This November is a layoff season. As pink slips ripple through Silicon Valley to over 120,000 workers following overexuberant hiring, it is a time for both sadness and reflection.

At the end of this chapter in Big Tech, it is time for a reality check. As supply chain leaders face heightened demand uncertainty and extreme supply chain disruption, the answer will not come from Silicon Valley. The curtain for digital transformation from Silicon Valley is closing. There is a need for a heart-to-heart discussion.

Definition of a Heart-to-Heart Discussion: (adjective) An openly straightforward discussion without reserve or secretiveness.

Demand levels still exceed pre-pandemic levels. Inflation levels are the highest in forty years, and a recession is in the mirror. Big Tech innovation did little to improve supply chains, but the implications of these layoffs loom large, adding another layer to the current disruption.

Learning From the Past

The news takes me back to the 2002 market downturn and the market correction with the failure of B2B players and the impact on the supply chain. Players like Cisco Systems rode the wave of selling high-end servers and did not shut down production soon enough. Here is a quote from the time:

On Tuesday, the network-equipment giant provided the grisly details behind its astonishing $2.25 billion inventory write-off in the third quarter, essentially admitting that it too was caught up in the Internet hype that, at its peak, gave the company the highest market capitalization in Wall Street history. Said Needham & Co. analyst Tad LaFountain. “As a result of what has transpired, network equipment management might consider looking beyond the car in front of them as they speed down the information superhighway.”

Wall Street Journal

Back then, the wicked combination of the dot-com implosion and the deteriorating economic conditions in the United States and abroad finally caught up with the world’s largest data networking equipment maker, causing sales to decline at an astonishing rate and leaving Cisco with billions of dollars in equipment and materials that it couldn’t sell and the infamous $2.25 B write-off.

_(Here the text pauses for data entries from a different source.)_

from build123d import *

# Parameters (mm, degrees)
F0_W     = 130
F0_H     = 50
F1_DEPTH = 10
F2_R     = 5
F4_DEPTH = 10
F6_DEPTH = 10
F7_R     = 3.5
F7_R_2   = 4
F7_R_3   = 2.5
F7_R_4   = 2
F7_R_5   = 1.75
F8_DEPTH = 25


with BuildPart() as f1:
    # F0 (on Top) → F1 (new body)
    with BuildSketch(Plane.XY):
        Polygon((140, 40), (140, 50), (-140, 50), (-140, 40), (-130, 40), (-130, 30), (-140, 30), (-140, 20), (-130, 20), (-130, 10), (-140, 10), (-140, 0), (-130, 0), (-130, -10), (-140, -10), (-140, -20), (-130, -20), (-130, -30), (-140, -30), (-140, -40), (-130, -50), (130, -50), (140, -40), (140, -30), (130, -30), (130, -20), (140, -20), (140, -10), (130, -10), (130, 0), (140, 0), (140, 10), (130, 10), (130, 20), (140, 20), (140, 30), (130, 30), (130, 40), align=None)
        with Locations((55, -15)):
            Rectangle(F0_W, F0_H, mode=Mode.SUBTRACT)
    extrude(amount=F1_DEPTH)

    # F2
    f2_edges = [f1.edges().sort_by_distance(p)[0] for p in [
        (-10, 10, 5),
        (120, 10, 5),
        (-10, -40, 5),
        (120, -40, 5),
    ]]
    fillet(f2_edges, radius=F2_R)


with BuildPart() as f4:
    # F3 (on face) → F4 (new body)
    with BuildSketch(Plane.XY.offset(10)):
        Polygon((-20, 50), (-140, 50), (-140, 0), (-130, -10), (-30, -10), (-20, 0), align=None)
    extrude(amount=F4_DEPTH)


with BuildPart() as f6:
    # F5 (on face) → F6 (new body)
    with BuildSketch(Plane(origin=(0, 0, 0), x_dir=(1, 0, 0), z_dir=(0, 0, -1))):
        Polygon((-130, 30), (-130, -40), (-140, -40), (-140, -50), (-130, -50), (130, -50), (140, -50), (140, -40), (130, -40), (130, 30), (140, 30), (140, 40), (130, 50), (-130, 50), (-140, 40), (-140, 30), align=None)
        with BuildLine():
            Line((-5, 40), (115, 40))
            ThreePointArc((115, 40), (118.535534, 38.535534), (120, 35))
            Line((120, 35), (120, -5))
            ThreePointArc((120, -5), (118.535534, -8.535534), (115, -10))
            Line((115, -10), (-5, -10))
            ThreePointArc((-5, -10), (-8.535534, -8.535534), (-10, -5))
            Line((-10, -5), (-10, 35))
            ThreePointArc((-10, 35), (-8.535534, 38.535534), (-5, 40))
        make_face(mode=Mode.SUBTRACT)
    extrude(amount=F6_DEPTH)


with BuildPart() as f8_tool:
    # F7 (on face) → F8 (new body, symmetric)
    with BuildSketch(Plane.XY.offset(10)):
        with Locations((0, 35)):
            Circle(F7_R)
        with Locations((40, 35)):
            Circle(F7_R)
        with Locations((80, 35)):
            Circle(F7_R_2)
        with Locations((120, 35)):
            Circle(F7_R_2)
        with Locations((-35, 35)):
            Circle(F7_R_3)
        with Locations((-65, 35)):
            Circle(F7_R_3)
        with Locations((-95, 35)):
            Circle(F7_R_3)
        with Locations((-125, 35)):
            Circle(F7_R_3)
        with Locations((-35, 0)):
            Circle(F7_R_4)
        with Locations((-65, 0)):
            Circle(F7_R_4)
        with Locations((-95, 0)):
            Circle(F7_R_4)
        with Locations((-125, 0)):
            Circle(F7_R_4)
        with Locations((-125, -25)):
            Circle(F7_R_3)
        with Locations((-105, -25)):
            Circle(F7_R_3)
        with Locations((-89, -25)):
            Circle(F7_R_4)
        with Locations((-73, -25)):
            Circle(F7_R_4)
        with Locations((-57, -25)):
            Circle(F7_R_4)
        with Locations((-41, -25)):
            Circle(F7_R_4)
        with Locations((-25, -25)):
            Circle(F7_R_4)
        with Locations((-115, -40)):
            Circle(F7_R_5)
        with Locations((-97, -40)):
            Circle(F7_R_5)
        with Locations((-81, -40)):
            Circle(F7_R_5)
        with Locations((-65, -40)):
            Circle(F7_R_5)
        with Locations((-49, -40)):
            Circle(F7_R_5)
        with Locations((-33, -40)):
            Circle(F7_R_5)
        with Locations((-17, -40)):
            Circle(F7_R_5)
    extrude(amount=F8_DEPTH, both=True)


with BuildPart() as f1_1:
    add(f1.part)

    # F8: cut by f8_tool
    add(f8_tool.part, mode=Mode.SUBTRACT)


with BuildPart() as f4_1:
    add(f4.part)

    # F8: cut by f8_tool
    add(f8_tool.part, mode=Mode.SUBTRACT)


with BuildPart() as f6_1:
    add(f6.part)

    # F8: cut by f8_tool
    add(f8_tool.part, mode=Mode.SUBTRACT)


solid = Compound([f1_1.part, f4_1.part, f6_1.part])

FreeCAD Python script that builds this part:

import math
import FreeCAD as App
import Part
import Sketcher
Q = App.Units.Quantity


def edges_at(feature, points):
    """Names of the edges that pass closest to the given points."""
    edges = feature.Shape.Edges
    near = lambda p: min(range(len(edges)), key=lambda i: edges[i].distToShape(Part.Vertex(*p))[0])
    return sorted({f"Edge{near(p) + 1}" for p in points})

doc = App.newDocument("Part")
body = doc.addObject("PartDesign::Body", "Body")

sketch1 = doc.addObject("Sketcher::SketchObject", "Sketch")
body.addObject(sketch1)
sketch1.AttachmentSupport = (doc.XY_Plane, [""])
sketch1.MapMode = "FlatFace"
sketch1.addGeometry(Part.LineSegment(App.Vector(140, 40, 0), App.Vector(140, 50, 0)), False)
sketch1.addGeometry(Part.LineSegment(App.Vector(140, 50, 0), App.Vector(-140, 50, 0)), False)
sketch1.addGeometry(Part.LineSegment(App.Vector(-140, 50, 0), App.Vector(-140, 40, 0)), False)
sketch1.addGeometry(Part.LineSegment(App.Vector(-140, 40, 0), App.Vector(-130, 40, 0)), False)
sketch1.addGeometry(Part.LineSegment(App.Vector(-130, 40, 0), App.Vector(-130, 30, 0)), False)
sketch1.addGeometry(Part.LineSegment(App.Vector(-130, 30, 0), App.Vector(-140, 30, 0)), False)
sketch1.addGeometry(Part.LineSegment(App.Vector(-140, 30, 0), App.Vector(-140, 20, 0)), False)
sketch1.addGeometry(Part.LineSegment(App.Vector(-140, 20, 0), App.Vector(-130, 20, 0)), False)
sketch1.addGeometry(Part.LineSegment(App.Vector(-130, 20, 0), App.Vector(-130, 10, 0)), False)
sketch1.addGeometry(Part.LineSegment(App.Vector(-130, 10, 0), App.Vector(-140, 10, 0)), False)
sketch1.addGeometry(Part.LineSegment(App.Vector(-140, 10, 0), App.Vector(-140, 0, 0)), False)
sketch1.addGeometry(Part.LineSegment(App.Vector(-140, 0, 0), App.Vector(-130, 0, 0)), False)
sketch1.addGeometry(Part.LineSegment(App.Vector(-130, 0, 0), App.Vector(-130, -10, 0)), False)
sketch1.addGeometry(Part.LineSegment(App.Vector(-130, -10, 0), App.Vector(-140, -10, 0)), False)
sketch1.addGeometry(Part.LineSegment(App.Vector(-140, -10, 0), App.Vector(-140, -20, 0)), False)
sketch1.addGeometry(Part.LineSegment(App.Vector(-140, -20, 0), App.Vector(-130, -20, 0)), False)
sketch1.addGeometry(Part.LineSegment(App.Vector(-130, -20, 0), App.Vector(-130, -30, 0)), False)
sketch1.addGeometry(Part.LineSegment(App.Vector(-130, -30, 0), App.Vector(-140, -30, 0)), False)
sketch1.addGeometry(Part.LineSegment(App.Vector(-140, -30, 0), App.Vector(-140, -40, 0)), False)
sketch1.addGeometry(Part.LineSegment(App.Vector(-140, -40, 0), App.Vector(-130, -50, 0)), False)
sketch1.addGeometry(Part.LineSegment(App.Vector(-130, -50, 0), App.Vector(130, -50, 0)), False)
sketch1.addGeometry(Part.LineSegment(App.Vector(130, -50, 0), App.Vector(140, -40, 0)), False)
sketch1.addGeometry(Part.LineSegment(App.Vector(140, -40, 0), App.Vector(140, -30, 0)), False)
sketch1.addGeometry(Part.LineSegment(App.Vector(140, -30, 0), App.Vector(130, -30, 0)), False)
sketch1.addGeometry(Part.LineSegment(App.Vector(130, -30, 0), App.Vector(130, -20, 0)), False)
sketch1.addGeometry(Part.LineSegment(App.Vector(130, -20, 0), App.Vector(140, -20, 0)), False)
sketch1.addGeometry(Part.LineSegment(App.Vector(140, -20, 0), App.Vector(140, -10, 0)), False)
sketch1.addGeometry(Part.LineSegment(App.Vector(140, -10, 0), App.Vector(130, -10, 0)), False)
sketch1.addGeometry(Part.LineSegment(App.Vector(130, -10, 0), App.Vector(130, 0, 0)), False)
sketch1.addGeometry(Part.LineSegment(App.Vector(130, 0, 0), App.Vector(140, 0, 0)), False)
sketch1.addGeometry(Part.LineSegment(App.Vector(140, 0, 0), App.Vector(140, 10, 0)), False)
sketch1.addGeometry(Part.LineSegment(App.Vector(140, 10, 0), App.Vector(130, 10, 0)), False)
sketch1.addGeometry(Part.LineSegment(App.Vector(130, 10, 0), App.Vector(130, 20, 0)), False)
sketch1.addGeometry(Part.LineSegment(App.Vector(130, 20, 0), App.Vector(140, 20, 0)), False)
sketch1.addGeometry(Part.LineSegment(App.Vector(140, 20, 0), App.Vector(140, 30, 0)), False)
sketch1.addGeometry(Part.LineSegment(App.Vector(140, 30, 0), App.Vector(130, 30, 0)), False)
sketch1.addGeometry(Part.LineSegment(App.Vector(130, 30, 0), App.Vector(130, 40, 0)), False)
sketch1.addGeometry(Part.LineSegment(App.Vector(130, 40, 0), App.Vector(140, 40, 0)), False)
sketch1.addGeometry(Part.LineSegment(App.Vector(120, -40, 0), App.Vector(-10, -40, 0)), False)
sketch1.addGeometry(Part.LineSegment(App.Vector(-10, -40, 0), App.Vector(-10, 10, 0)), False)
sketch1.addGeometry(Part.LineSegment(App.Vector(-10, 10, 0), App.Vector(120, 10, 0)), False)
sketch1.addGeometry(Part.LineSegment(App.Vector(120, 10, 0), App.Vector(120, -40, 0)), False)
sketch1.addConstraint(Sketcher.Constraint("Coincident", 0, 2, 1, 1))
sketch1.addConstraint(Sketcher.Constraint("Coincident", 1, 2, 2, 1))
sketch1.addConstraint(Sketcher.Constraint("Coincident", 2, 2, 3, 1))
sketch1.addConstraint(Sketcher.Constraint("Coincident", 3, 2, 4, 1))
sketch1.addConstraint(Sketcher.Constraint("Coincident", 4, 2, 5, 1))
sketch1.addConstraint(Sketcher.Constraint("Coincident", 5, 2, 6, 1))
sketch1.addConstraint(Sketcher.Constraint("Coincident", 6, 2, 7, 1))
sketch1.addConstraint(Sketcher.Constraint("Coincident", 7, 2, 8, 1))
sketch1.addConstraint(Sketcher.Constraint("Coincident", 8, 2, 9, 1))
sketch1.addConstraint(Sketcher.Constraint("Coincident", 9, 2, 10, 1))
sketch1.addConstraint(Sketcher.Constraint("Coincident", 10, 2, 11, 1))
sketch1.addConstraint(Sketcher.Constraint("Coincident", 11, 2, 12, 1))
sketch1.addConstraint(Sketcher.Constraint("Coincident", 12, 2, 13, 1))
sketch1.addConstraint(Sketcher.Constraint("Coincident", 13, 2, 14, 1))
sketch1.addConstraint(Sketcher.Constraint("Coincident", 14, 2, 15, 1))
sketch1.addConstraint(Sketcher.Constraint("Coincident", 15, 2, 16, 1))
sketch1.addConstraint(Sketcher.Constraint("Coincident", 16, 2, 17, 1))
sketch1.addConstraint(Sketcher.Constraint("Coincident", 17, 2, 18, 1))
sketch1.addConstraint(Sketcher.Constraint("Coincident", 18, 2, 19, 1))
sketch1.addConstraint(Sketcher.Constraint("Coincident", 19, 2, 20, 1))
sketch1.addConstraint(Sketcher.Constraint("Coincident", 20, 2, 21, 1))
sketch1.addConstraint(Sketcher.Constraint("Coincident", 21, 2, 22, 1))
sketch1.addConstraint(Sketcher.Constraint("Coincident", 22, 2, 23, 1))
sketch1.addConstraint(Sketcher.Constraint("Coincident", 23, 2, 24, 1))
sketch1.addConstraint(Sketcher.Constraint("Coincident", 24, 2, 25, 1))
sketch1.addConstraint(Sketcher.Constraint("Coincident", 25, 2, 26, 1))
sketch1.addConstraint(Sketcher.Constraint("Coincident", 26, 2, 27, 1))
sketch1.addConstraint(Sketcher.Constraint("Coincident", 27, 2, 28, 1))
sketch1.addConstraint(Sketcher.Constraint("Coincident", 28, 2, 29, 1))
sketch1.addConstraint(Sketcher.Constraint("Coincident", 29, 2, 30, 1))
sketch1.addConstraint(Sketcher.Constraint("Coincident", 30, 2, 31, 1))
sketch1.addConstraint(Sketcher.Constraint("Coincident", 31, 2, 32, 1))
sketch1.addConstraint(Sketcher.Constraint("Coincident", 32, 2, 33, 1))
sketch1.addConstraint(Sketcher.Constraint("Coincident", 33, 2, 34, 1))
sketch1.addConstraint(Sketcher.Constraint("Coincident", 34, 2, 35, 1))
sketch1.addConstraint(Sketcher.Constraint("Coincident", 35, 2, 36, 1))
sketch1.addConstraint(Sketcher.Constraint("Coincident", 36, 2, 37, 1))
sketch1.addConstraint(Sketcher.Constraint("Coincident", 37, 2, 0, 1))
sketch1.addConstraint(Sketcher.Constraint("Coincident", 38, 2, 39, 1))
sketch1.addConstraint(Sketcher.Constraint("Coincident", 39, 2, 40, 1))
sketch1.addConstraint(Sketcher.Constraint("Coincident", 40, 2, 41, 1))
sketch1.addConstraint(Sketcher.Constraint("Coincident", 41, 2, 38, 1))
sketch1.addConstraint(Sketcher.Constraint("Vertical", 0))
sketch1.addConstraint(Sketcher.Constraint("Horizontal", 1))
sketch1.addConstraint(Sketcher.Constraint("Vertical", 2))
sketch1.addConstraint(Sketcher.Constraint("Horizontal", 3))
sketch1.addConstraint(Sketcher.Constraint("Vertical", 4))
sketch1.addConstraint(Sketcher.Constraint("Horizontal", 5))
sketch1.addConstraint(Sketcher.Constraint("Vertical", 6))
sketch1.addConstraint(Sketcher.Constraint("Horizontal", 7))
sketch1.addConstraint(Sketcher.Constraint("Vertical", 8))
sketch1.addConstraint(Sketcher.Constraint("Horizontal", 9))
sketch1.addConstraint(Sketcher.Constraint("Vertical", 10))
sketch1.addConstraint(Sketcher.Constraint("Horizontal", 11))
sketch1.addConstraint(Sketcher.Constraint("Vertical", 12))
sketch1.addConstraint(Sketcher.Constraint("Horizontal", 13))
sketch1.addConstraint(Sketcher.Constraint("Vertical", 14))
sketch1.addConstraint(Sketcher.Constraint("Horizontal", 15))
sketch1.addConstraint(Sketcher.Constraint("Vertical", 16))
sketch1.addConstraint(Sketcher.Constraint("Horizontal", 17))
sketch1.addConstraint(Sketcher.Constraint("Vertical", 18))
sketch1.addConstraint(Sketcher.Constraint("Horizontal", 20))
sketch1.addConstraint(Sketcher.Constraint("Vertical", 22))
sketch1.addConstraint(Sketcher.Constraint("Horizontal", 23))
sketch1.addConstraint(Sketcher.Constraint("Vertical", 24))
sketch1.addConstraint(Sketcher.Constraint("Horizontal", 25))
sketch1.addConstraint(Sketcher.Constraint("Vertical", 26))
sketch1.addConstraint(Sketcher.Constraint("Horizontal", 27))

Fast forward, the rapid failure of FTX, and the struggling cryptocurrency market, will intensify and move across the digital asset sector and potentially hit the wider financial system shaking consumer confidence. The retail sector is bracing for the sell-off.

When I was at Gartner Group in 2002, I followed 212 B2B exchanges. The global B2B e-commerce market was worth $12.2 trillion in 2019 — more than six times the size of its B2C equivalent. The correction was termed the $1.755 trillion dot.com investing lesson. Today, B2C reigns, and thirteen B2B exchanges remain– each with a questionable value. Remember start-ups like OneCommerce, Transora, Webvan, or WWRE? I doubt it. Look up the history. Each failed.

The failure of business models in each case, ripples through the economy, reminding investors to invest in value. But, the line between innovation and value is not clear. As a result, hype and promise reign until the bottom falls out of the market.

What Does This Mean for Supply Chain Technology?

Bottom-line supply chain innovation will come from innovative start-ups. Here is my reasoning.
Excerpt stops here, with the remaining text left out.